她这番坦荡直接的分析,反倒让一旁旁听的顾泽期有些受不了了。
他忍不住扶额,压低声音对纪芍吐槽,“喂……你一个女同志,讨论这种话题怎么一点都不知道害臊的?”
在一旁听着纪芍对这些病症侃侃而谈,他感觉自己的脸颊都有些发烫。
而纪芍听到这话转过头,目光落在顾泽期脸上,带着几分不解和理所当然。
“顾同志,在医生眼里,患者没有性别之分,只有病症和需要帮助的人体,男性生殖系统也好,女性生殖系统也罢,都不过是正常的生理构造,需要被客观科学地对待,讳疾忌医才是大忌,你既然也是做医生的,应该不会不懂这些道理吧。”

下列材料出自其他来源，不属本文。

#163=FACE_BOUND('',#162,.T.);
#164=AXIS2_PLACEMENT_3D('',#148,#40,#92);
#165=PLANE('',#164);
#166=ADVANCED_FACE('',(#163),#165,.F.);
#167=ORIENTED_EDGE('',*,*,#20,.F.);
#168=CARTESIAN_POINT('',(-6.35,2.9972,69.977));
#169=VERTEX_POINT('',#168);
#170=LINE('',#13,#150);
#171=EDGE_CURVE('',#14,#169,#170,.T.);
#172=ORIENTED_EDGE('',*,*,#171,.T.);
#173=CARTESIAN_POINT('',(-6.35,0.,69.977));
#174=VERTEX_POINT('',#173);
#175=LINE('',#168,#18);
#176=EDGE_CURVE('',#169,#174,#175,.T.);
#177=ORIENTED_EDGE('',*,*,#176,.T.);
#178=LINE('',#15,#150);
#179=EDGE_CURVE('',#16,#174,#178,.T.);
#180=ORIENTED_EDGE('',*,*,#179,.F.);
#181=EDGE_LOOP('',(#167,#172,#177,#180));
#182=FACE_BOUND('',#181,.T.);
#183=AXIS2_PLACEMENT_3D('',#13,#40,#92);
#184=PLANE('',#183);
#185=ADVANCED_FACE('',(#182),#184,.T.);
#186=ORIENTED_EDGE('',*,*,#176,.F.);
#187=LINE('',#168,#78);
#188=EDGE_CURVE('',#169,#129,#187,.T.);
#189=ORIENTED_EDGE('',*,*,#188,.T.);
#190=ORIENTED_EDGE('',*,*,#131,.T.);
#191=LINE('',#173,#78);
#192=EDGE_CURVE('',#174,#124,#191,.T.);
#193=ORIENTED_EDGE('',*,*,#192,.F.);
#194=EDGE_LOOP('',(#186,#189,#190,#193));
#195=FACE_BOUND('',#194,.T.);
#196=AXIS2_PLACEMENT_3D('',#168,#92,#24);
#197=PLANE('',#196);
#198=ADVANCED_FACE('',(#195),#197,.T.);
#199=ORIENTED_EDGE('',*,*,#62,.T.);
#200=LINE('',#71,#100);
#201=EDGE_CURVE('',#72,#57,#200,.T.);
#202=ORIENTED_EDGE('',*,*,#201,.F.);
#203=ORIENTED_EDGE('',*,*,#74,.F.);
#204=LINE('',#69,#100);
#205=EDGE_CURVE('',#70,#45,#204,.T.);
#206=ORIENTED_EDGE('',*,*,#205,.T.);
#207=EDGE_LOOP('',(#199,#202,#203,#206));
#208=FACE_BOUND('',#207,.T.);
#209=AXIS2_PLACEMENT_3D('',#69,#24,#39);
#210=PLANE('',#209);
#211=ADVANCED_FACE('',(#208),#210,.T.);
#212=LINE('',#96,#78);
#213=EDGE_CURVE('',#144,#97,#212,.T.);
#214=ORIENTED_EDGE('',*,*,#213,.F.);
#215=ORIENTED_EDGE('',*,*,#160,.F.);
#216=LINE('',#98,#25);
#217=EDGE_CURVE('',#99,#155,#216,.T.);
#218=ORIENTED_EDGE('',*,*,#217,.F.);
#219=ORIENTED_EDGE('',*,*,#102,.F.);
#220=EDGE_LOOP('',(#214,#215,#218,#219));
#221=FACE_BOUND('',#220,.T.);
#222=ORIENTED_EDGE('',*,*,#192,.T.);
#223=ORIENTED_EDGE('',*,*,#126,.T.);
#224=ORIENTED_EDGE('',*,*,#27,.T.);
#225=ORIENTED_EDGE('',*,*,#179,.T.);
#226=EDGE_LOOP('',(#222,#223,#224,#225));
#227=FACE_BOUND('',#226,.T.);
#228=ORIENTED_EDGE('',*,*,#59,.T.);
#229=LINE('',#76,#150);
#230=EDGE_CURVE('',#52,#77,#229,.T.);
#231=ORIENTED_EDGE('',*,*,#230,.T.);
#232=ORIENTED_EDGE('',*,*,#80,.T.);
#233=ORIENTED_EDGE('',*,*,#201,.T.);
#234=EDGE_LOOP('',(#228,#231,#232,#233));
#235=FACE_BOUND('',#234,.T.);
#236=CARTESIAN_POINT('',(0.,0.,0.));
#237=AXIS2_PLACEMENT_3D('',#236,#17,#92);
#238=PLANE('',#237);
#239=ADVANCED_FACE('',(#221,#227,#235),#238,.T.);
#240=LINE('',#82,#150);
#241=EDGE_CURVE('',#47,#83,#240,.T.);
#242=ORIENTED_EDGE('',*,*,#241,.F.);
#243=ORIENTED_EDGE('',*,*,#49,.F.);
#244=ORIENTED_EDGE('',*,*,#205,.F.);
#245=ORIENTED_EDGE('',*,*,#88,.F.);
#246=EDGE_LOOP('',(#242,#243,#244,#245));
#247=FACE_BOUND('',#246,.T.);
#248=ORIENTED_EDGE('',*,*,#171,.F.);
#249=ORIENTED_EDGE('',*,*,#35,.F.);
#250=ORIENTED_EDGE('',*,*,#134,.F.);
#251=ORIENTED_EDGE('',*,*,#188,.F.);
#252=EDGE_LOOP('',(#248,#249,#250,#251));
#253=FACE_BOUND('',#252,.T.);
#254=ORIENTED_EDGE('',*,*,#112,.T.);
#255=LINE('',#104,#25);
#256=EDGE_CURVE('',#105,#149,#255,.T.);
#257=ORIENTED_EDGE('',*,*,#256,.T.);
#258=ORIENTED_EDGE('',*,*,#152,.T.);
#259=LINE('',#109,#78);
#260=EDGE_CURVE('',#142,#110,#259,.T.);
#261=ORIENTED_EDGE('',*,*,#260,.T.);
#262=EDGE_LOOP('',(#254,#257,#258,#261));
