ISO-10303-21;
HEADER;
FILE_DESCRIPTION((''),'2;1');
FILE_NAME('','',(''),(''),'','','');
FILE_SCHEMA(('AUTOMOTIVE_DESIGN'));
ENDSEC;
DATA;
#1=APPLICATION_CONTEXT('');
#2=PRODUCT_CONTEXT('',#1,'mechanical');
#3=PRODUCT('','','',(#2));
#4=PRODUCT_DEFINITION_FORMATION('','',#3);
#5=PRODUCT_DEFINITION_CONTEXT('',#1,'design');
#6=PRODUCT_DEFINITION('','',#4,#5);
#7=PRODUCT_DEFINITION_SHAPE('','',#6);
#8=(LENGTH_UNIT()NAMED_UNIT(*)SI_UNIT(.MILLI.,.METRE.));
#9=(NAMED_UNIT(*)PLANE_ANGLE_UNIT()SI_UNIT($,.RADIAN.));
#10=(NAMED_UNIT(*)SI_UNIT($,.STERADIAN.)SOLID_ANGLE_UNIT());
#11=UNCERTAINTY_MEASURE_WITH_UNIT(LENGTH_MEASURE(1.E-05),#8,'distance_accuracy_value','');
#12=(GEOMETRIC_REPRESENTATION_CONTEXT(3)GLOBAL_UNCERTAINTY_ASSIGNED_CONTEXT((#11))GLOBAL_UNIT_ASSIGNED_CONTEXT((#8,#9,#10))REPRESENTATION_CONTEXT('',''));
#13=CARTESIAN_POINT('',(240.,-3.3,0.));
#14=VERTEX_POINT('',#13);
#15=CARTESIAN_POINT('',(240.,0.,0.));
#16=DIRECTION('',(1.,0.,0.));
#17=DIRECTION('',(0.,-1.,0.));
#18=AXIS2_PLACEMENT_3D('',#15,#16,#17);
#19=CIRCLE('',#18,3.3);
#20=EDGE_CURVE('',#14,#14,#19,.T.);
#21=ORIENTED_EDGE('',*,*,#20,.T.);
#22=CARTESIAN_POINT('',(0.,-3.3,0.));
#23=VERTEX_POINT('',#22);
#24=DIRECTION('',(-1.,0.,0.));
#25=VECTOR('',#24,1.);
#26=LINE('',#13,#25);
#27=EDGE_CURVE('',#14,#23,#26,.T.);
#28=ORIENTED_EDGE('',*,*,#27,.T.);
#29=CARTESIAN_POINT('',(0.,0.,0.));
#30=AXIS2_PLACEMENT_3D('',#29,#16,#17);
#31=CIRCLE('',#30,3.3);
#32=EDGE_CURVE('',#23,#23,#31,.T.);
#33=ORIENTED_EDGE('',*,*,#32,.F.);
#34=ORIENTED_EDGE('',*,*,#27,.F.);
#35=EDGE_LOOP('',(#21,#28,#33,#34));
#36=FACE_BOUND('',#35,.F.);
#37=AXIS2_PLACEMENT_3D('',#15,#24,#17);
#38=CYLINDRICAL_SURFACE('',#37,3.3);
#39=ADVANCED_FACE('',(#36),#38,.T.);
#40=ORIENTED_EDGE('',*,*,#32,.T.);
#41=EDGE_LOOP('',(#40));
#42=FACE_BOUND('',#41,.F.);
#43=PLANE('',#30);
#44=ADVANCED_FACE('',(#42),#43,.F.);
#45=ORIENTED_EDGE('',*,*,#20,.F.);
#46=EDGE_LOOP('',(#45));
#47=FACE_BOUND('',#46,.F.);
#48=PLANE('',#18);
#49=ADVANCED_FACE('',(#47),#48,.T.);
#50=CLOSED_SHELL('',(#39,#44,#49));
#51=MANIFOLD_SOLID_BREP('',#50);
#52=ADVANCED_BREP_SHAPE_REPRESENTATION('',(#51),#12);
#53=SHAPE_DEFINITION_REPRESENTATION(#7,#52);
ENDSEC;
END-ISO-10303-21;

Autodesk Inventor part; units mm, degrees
ref_plane "YZ Plane" through (0, 0, 0) normal (1, 0, 0) x (0, 1, 0)
ref_plane "XZ Plane" through (0, 0, 0) normal (0, 1, 0) x (-1, 0, 0)
ref_plane "XY Plane" through (0, 0, 0) normal (0, 0, 1) x (1, 0, 0)
sketch "Sketch1" plane through (0, 0, 0) normal (0, 0, 1) x (1, 0, 0)
  line L0 (0, 0) -> (240, 0)
  line L1 (240, 0) -> (240, -3.3)
  line L2 (240, -3.3) -> (0, -3.3)
  line L3 (0, -3.3) -> (0, 0)
  line L4 (-48, 0) -> (288, 0) projected
  dimension "d0" = 3.3
  dimension "d1" = 240
revolve "Revolution1" add sketch "Sketch1" angle 360 about axis through (-10, 0, 0) along (1, 0, 0)
equation "\"BendRadius\" = Thickness"
equation "\"BendReliefWidth\" = Thickness"
equation "\"BendReliefDepth\" = 0.5 * Thickness"
equation "\"CornerReliefSize\" = 4 * Thickness"
equation "\"MinimumRemnant\" = 2 * Thickness"
equation "\"TransitionRadius\" = BendRadius"
equation "\"JacobiRadiusSize\" = BendRadius"
equation "\"GapSize\" = Thickness"
equation "\"Thickness\" = 0.5"
properties part number "wheel shaft"
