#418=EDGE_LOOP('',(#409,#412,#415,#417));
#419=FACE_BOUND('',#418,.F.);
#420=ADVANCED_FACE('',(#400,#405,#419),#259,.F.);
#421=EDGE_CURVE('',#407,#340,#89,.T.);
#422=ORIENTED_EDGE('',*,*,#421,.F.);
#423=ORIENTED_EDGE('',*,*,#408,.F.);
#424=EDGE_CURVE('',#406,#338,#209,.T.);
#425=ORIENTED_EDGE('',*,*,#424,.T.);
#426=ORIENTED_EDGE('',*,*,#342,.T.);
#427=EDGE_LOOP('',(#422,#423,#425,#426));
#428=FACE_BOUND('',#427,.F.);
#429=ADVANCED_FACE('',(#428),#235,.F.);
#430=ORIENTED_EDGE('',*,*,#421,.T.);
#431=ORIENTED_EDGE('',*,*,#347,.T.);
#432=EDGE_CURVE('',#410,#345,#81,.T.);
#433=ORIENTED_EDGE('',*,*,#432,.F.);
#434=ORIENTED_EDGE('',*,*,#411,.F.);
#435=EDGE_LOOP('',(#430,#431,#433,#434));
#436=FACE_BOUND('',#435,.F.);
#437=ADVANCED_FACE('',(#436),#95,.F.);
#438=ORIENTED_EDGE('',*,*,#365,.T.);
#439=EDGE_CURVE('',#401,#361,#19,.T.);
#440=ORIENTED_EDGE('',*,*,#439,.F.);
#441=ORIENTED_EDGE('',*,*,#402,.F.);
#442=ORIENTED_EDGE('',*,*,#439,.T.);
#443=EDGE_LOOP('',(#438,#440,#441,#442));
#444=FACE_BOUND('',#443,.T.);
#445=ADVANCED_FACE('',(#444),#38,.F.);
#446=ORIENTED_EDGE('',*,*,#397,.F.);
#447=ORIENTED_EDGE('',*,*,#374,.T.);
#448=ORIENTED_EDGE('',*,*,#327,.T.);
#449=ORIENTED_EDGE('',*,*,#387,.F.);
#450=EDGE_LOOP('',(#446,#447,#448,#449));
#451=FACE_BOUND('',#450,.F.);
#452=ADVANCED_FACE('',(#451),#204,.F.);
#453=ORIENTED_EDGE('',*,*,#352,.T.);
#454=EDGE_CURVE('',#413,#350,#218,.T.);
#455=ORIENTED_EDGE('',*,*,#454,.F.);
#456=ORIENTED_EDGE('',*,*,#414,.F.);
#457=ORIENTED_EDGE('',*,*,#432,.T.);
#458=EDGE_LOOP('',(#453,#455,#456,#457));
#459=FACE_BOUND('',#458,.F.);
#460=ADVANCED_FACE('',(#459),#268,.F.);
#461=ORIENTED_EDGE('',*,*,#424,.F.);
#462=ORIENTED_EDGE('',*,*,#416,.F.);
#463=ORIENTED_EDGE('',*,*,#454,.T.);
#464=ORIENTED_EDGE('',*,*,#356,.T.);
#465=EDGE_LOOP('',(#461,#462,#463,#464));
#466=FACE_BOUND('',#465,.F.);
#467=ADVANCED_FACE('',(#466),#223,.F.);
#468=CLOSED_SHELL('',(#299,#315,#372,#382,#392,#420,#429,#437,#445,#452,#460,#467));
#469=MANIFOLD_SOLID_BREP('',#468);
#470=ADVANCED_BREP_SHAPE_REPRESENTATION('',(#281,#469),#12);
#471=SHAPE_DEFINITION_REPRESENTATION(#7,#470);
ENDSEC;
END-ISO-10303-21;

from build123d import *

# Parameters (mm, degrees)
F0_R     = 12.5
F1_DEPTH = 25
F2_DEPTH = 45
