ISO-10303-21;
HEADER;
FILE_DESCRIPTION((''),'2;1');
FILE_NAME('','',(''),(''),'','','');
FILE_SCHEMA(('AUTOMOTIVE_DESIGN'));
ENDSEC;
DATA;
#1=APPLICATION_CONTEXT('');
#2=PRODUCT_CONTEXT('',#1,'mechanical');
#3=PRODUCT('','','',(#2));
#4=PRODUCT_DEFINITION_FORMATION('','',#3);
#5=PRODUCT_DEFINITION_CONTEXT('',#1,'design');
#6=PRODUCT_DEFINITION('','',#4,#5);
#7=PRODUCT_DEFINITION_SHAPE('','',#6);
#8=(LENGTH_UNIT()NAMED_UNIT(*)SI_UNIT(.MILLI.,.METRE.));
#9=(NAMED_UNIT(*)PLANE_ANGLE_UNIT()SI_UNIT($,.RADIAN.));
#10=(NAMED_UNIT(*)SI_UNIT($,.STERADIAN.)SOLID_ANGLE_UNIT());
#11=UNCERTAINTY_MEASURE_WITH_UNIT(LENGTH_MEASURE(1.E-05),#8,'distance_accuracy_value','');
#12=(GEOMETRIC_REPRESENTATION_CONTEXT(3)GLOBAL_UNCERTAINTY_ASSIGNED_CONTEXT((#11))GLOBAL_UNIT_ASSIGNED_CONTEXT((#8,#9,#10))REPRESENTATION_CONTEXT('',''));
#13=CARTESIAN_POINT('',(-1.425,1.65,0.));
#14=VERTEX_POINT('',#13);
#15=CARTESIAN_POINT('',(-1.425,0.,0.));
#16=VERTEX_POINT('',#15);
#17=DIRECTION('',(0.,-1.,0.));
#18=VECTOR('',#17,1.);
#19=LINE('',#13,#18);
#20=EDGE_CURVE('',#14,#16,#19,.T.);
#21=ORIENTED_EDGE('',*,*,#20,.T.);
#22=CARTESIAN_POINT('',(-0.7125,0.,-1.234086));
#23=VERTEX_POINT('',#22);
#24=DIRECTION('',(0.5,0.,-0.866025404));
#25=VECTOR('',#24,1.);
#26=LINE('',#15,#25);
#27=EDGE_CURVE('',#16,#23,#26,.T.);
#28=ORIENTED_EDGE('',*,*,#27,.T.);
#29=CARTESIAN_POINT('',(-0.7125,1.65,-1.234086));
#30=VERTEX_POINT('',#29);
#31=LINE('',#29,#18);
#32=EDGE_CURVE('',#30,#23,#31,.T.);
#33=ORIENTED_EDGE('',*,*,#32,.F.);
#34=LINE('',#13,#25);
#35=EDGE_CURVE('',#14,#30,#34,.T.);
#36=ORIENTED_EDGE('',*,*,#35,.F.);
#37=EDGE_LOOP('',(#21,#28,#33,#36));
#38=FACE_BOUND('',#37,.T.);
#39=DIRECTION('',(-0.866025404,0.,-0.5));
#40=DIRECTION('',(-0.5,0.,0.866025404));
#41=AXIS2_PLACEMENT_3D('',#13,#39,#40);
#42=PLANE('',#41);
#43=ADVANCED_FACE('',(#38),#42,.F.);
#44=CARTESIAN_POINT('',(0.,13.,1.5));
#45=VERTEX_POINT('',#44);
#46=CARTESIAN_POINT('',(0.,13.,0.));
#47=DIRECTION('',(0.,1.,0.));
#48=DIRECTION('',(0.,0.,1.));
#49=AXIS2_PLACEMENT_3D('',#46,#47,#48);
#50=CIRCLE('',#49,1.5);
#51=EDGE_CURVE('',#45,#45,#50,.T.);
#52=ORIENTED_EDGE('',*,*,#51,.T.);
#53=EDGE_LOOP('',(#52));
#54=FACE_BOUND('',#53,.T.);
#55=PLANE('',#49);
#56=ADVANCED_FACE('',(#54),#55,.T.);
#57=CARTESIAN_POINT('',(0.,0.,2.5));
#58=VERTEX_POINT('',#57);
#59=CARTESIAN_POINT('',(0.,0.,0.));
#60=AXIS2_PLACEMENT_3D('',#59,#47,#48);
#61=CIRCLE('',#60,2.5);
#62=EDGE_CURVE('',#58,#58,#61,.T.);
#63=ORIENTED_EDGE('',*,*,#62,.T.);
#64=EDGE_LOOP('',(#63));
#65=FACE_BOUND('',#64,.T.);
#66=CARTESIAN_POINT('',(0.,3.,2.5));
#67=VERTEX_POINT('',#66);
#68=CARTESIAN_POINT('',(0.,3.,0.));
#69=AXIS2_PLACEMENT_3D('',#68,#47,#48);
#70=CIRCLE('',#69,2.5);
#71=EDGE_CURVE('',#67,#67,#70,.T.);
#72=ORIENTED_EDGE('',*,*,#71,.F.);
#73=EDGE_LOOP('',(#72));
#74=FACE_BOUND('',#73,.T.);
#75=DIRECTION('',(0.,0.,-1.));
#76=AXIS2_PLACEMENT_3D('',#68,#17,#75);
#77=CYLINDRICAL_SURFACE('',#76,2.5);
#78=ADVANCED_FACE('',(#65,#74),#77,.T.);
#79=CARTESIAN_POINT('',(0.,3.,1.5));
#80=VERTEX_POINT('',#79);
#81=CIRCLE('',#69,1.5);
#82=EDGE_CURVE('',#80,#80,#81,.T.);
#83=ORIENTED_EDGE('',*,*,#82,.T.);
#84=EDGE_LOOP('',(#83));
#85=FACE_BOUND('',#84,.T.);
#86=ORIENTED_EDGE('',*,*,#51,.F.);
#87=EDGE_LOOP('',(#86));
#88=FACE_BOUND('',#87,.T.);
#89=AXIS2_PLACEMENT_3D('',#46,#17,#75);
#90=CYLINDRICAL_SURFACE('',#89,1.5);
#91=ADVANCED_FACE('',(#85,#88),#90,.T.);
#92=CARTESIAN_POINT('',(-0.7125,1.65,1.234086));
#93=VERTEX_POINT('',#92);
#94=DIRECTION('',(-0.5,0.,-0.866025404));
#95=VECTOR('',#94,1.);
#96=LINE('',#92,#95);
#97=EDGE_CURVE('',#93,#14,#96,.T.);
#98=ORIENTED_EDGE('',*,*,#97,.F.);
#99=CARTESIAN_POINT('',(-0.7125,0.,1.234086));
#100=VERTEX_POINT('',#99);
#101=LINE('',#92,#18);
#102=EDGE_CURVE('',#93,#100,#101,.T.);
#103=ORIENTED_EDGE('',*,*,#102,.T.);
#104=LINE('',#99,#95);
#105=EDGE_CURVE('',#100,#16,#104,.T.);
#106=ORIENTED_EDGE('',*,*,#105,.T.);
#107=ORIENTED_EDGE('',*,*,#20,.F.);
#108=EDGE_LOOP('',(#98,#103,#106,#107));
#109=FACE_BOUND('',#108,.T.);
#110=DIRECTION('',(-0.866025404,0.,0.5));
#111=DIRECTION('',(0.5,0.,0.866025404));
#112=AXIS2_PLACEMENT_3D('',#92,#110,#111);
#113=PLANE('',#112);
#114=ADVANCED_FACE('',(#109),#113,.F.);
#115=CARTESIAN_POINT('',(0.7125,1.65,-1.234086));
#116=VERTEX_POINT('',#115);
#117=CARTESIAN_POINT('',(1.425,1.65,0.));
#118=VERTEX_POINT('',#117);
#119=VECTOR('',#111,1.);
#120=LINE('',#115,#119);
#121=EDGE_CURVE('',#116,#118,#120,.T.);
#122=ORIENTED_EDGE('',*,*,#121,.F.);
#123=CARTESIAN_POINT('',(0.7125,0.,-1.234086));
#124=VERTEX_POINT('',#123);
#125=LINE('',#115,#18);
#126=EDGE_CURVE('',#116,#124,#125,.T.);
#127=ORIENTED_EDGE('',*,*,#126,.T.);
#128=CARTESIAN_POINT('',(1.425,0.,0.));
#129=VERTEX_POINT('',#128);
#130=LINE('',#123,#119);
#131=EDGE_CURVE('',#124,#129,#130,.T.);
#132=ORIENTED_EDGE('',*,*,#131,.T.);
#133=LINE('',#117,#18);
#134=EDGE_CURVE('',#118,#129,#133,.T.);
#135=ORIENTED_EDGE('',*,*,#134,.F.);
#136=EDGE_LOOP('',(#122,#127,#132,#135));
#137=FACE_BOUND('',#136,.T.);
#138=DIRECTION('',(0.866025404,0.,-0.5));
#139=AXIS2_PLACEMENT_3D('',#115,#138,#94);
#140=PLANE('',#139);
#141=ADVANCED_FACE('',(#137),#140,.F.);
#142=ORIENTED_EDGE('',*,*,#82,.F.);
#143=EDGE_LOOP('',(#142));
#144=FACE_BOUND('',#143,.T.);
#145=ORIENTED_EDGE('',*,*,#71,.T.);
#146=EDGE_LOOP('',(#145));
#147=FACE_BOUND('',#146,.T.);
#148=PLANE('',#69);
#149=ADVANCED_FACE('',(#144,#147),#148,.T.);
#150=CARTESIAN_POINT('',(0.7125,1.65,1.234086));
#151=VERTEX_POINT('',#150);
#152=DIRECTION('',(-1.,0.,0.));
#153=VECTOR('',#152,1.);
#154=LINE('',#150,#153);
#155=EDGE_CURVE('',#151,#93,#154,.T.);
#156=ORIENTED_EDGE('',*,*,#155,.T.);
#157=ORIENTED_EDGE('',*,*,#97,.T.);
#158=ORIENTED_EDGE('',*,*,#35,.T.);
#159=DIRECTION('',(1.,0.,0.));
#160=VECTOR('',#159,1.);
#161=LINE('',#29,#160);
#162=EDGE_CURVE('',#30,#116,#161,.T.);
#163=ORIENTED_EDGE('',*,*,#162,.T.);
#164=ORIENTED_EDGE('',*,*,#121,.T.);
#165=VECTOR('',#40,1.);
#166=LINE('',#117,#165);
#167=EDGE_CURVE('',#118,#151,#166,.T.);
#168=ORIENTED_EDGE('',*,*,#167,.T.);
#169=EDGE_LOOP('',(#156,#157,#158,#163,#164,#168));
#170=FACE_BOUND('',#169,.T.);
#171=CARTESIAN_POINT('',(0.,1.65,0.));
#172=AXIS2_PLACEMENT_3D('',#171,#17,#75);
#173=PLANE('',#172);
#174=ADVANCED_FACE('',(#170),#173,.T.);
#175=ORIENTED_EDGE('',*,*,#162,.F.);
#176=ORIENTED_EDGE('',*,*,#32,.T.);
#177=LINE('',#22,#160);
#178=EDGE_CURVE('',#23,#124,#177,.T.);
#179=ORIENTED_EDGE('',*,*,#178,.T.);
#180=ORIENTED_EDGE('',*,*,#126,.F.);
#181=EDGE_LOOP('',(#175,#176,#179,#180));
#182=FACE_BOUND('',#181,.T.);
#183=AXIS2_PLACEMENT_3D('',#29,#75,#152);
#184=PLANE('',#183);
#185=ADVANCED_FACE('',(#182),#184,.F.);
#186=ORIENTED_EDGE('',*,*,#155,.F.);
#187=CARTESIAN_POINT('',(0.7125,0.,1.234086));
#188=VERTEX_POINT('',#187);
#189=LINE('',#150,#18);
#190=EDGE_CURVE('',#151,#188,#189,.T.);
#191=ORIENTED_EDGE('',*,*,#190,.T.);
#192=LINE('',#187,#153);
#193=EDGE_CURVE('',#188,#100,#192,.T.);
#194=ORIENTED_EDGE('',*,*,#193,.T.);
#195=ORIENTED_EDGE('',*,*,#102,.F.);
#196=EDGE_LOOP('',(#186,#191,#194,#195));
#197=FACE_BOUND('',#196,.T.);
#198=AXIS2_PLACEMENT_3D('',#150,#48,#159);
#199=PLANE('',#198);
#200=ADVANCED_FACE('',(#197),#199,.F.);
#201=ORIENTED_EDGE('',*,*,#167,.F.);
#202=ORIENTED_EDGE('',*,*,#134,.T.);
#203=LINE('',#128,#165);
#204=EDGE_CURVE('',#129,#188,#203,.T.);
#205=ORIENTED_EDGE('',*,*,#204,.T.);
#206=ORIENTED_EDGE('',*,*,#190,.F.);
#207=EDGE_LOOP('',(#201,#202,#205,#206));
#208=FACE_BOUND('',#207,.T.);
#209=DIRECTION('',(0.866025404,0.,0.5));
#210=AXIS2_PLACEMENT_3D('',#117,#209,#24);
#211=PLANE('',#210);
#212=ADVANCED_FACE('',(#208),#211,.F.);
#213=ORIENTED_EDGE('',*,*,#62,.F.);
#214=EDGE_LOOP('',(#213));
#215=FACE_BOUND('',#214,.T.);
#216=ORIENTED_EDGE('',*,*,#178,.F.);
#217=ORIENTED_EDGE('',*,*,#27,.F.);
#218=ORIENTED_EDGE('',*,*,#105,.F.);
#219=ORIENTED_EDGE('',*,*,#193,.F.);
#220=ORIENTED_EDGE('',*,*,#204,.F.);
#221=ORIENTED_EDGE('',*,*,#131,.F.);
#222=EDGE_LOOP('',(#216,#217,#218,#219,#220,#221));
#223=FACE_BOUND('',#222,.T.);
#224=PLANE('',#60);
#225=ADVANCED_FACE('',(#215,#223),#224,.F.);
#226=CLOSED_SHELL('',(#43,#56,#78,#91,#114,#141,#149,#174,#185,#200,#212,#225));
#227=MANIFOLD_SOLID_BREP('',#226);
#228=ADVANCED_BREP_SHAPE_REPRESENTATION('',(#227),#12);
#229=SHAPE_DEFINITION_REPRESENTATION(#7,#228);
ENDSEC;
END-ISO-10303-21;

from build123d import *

# Parameters (mm, degrees)
SKETCH_1_R          = 2.5
EXTRUDE_1_DEPTH     = 3
SKETCH_2_R          = 1.5
EXTRUDE_2_DEPTH     = 10
CUT_EXTRUDE_1_DEPTH = 1.65


with BuildPart() as part:
    # 草图1 → 凸台-拉伸1 (new body)
    with BuildSketch(Plane(origin=(0, 0, 0), x_dir=(1, 0, 0), z_dir=(0, 1, 0))):
        Circle(SKETCH_1_R)
    extrude(amount=EXTRUDE_1_DEPTH)

    # 草图2 → 凸台-拉伸2 (add)
    with BuildSketch(Plane(origin=(0, 3, 0), x_dir=(1, 0, 0), z_dir=(0, 1, 0))):
        Circle(SKETCH_2_R)
    extrude(amount=EXTRUDE_2_DEPTH)

    # 草图3 → 切除-拉伸1 (cut)
    with BuildSketch(Plane.XZ):
        Polygon((1.425, 0), (0.7125, 1.2340862), (-0.7125, 1.2340862), (-1.425, 0), (-0.7125, -1.2340862), (0.7125, -1.2340862), align=None)
    extrude(amount=-CUT_EXTRUDE_1_DEPTH, mode=Mode.SUBTRACT)


solid = part.part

她这番话掷地有声,让顾泽期一时语塞,张了张嘴,竟找不到话来反驳。
谢容听着纪芍条理清晰的分析,原本忐忑的心中也生出了一丝希望的火苗。
或许……他哥这毛病,真能让纪芍治好?
然而,这丝希望刚冒头,一个画面就猛地闯入他的脑海。
他带着他那气场强大,眼神能冻死人的哥哥谢凛,来到纪芍这个小摊位或者家里,然后跟他哥说,“哥,这位纪大夫专治男科,让她给你看看吧?”
但光是想象一下他哥那时可能会露出的眼神和周身瞬间降至冰点的气压,谢容就控制不住地打了个寒颤,从头凉到脚后跟。
这……这跟直接自杀有什么区别?!
恐怕病还没看,他谢容就先被他哥给就地正法了!
顾泽期跟谢容心怀各异离开了。
送走他们,纪芍挽起袖子,正准备收拾桌上的碗筷,就听见胡同里传来管公用电话的王大婶那极具穿透力的大嗓门。
“纪家妹子——!快出来接电话!你外公打来的——!”
纪芍心头一动,赶忙擦了擦手,小跑着出了门。